If you were to cross section your tooth you would see that it is made up of three layers:

  • Enamel, which is the outer-most hardest layer that is visible to the eye. It is essentially a dead layer which means it has no nerve endings and cannot feel sensitivity or pain.
  • Dentin, which is the second layer, this is paler yellow in color and is softer and has nerve endings. It is this layer which becomes exposed when you get a cavity and you experience pain.
  • The third and inner most layer is the pulp. This is filled with blood vessels and nerve endings and is highly sensitive to pain and pressure. If your cavity has made its way into this third layer, that is when you are in trouble. This is when you need a root canal.

Using this analogy we can understand that over brushing or brushing too hard can gradually cause the enamel or the outer most layer of teeth to wear away exposing the underlying more sensitive dentine. Wearing away of tooth structure is also known as tooth abrasion, defined as the gradual loss of enamel and cementum due to mechanical actions. You are more prone to tooth abrasion if:

  • You are heavy-handed or brush your teeth too hard.
  • you brush more than necessary.
  • Your toothbrush has hard abrasive bristles.

 Aggressive movements, paired with abrasive bristles, gradually wear down the enamel. This vigorous brushing can further cause gums to wear away or cause receding gums. This will increase sensitivity and also weakens the support of the tooth structure that is held together by cementum and periodontal fibers.

Without the enamel and cementum, nothing would protect the softer layers of your teeth from bacteria, trauma, plaque build-up, acidic food, and other harmful substances. Your teeth will be extremely vulnerable to decay and tooth loss. Moreover, your teeth will become more sensitive to hot and cold food. 

Over brushing can also pose a problem for patients with braces. As this can cause their orthodontic wires and brackets to become misaligned.
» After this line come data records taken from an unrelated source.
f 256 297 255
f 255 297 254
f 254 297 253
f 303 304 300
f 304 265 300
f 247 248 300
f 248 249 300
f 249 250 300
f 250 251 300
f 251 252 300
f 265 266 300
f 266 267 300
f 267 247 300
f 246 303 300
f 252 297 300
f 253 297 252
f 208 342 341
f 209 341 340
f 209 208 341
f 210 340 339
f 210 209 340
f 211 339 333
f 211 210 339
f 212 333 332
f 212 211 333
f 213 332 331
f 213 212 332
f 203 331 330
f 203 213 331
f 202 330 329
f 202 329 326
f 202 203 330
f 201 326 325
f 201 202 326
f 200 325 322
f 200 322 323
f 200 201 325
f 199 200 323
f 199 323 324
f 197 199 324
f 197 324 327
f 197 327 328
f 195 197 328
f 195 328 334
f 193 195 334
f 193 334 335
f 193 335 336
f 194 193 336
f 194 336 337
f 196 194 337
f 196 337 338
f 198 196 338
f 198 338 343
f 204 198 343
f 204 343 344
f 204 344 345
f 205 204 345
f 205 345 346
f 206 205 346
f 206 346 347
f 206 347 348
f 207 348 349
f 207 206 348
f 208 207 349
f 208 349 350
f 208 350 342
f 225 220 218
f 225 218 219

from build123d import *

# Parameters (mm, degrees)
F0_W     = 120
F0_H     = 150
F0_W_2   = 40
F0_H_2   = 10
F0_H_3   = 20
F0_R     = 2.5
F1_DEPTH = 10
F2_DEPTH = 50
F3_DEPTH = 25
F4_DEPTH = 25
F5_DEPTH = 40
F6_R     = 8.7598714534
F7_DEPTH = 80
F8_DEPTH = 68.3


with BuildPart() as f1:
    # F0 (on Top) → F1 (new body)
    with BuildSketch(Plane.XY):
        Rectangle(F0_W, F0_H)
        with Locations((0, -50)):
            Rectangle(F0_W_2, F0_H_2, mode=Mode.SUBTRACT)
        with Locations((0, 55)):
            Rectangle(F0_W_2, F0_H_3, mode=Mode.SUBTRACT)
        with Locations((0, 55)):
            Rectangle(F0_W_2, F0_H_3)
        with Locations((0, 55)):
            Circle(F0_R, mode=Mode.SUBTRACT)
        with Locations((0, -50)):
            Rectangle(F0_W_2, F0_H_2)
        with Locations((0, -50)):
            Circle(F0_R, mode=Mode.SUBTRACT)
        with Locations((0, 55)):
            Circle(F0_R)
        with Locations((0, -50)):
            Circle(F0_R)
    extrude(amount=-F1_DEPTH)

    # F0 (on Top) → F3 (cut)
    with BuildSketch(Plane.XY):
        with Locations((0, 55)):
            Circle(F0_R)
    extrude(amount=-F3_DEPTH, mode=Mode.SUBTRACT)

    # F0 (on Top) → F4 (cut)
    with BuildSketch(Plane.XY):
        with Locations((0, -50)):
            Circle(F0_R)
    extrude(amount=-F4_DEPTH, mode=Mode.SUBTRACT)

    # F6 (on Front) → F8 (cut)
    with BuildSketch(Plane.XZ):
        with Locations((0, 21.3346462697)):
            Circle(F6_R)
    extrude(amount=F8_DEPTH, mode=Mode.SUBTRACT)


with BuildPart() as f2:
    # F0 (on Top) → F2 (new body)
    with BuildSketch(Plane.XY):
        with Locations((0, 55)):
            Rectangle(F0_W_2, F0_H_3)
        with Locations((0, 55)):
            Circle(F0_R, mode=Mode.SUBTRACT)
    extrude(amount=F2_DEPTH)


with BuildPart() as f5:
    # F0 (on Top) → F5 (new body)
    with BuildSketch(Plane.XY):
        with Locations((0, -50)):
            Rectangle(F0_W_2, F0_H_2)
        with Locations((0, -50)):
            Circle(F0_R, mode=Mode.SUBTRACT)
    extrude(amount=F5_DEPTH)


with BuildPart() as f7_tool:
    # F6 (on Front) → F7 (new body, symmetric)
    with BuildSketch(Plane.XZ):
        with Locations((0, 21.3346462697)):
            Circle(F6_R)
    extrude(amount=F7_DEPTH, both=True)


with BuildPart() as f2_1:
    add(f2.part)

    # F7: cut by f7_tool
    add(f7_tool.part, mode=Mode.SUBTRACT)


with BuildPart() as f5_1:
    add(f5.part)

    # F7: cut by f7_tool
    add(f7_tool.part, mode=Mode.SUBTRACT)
How to tell if you are brushing too much or too hard?

Tooth sensitivity

Wearing a way of enamel exposes underlying dentine which is sensitive. Receding gums also expose cementum covering the roots of the teeth which are also sensitive to air, hot and cold stimuli.

Frayed tooth brush

Some times you don’t even have to look in your mouth. You can just look at the condition of your tooth brush. If the bristles of a tooth brush you recently bought look frayed too soon, you know that you are doing something wrong.

Receding gums

If your smile line suddenly looks strange to you. As though too much of your teeth are showing and your gums have moved away from the teeth. That means you have gum recession.

What is the right way?

There is no way to reverse this process. You cannot grow back lost gum tissue and you cannot regrow enamel as it is a dead tissue. But there are some ways to treat it.

In very severe cases, Gingivoplasty may be performed by your Periodontist to correct the gum line if aesthetics are a concern. Other options are to get fillings done to restore the lost tooth structure and treat sensitivity.

Milder cases can be treated with a good quality tooth paste especially for sensitive teeth.

Important points to remember.

  • Use a soft bristled tooth brush
  • Brush in gentle circulatory movements and not aggressive sweeping movements.
  • Slow down while brushing. Try to count 30 seconds in your head while brushing each quadrant. This will allow you to brush more effectively and not in a rushed manner.


We can conclude that it is best to stick to good old brushing twice a day as long as your brushing technique is correct. Using a hard bristled brush is not preferred as it is will not make your teeth whiter or cleaner, rather it will do more damage. Finally, along with brushing your teeth it is also important to use a good quality tooth paste. Ideally one that is natural and free from chemicals as it is healthier for the body and is environmentally friendly. Maintain a healthy diet free from added sugars, carbonated drinks and caffeine.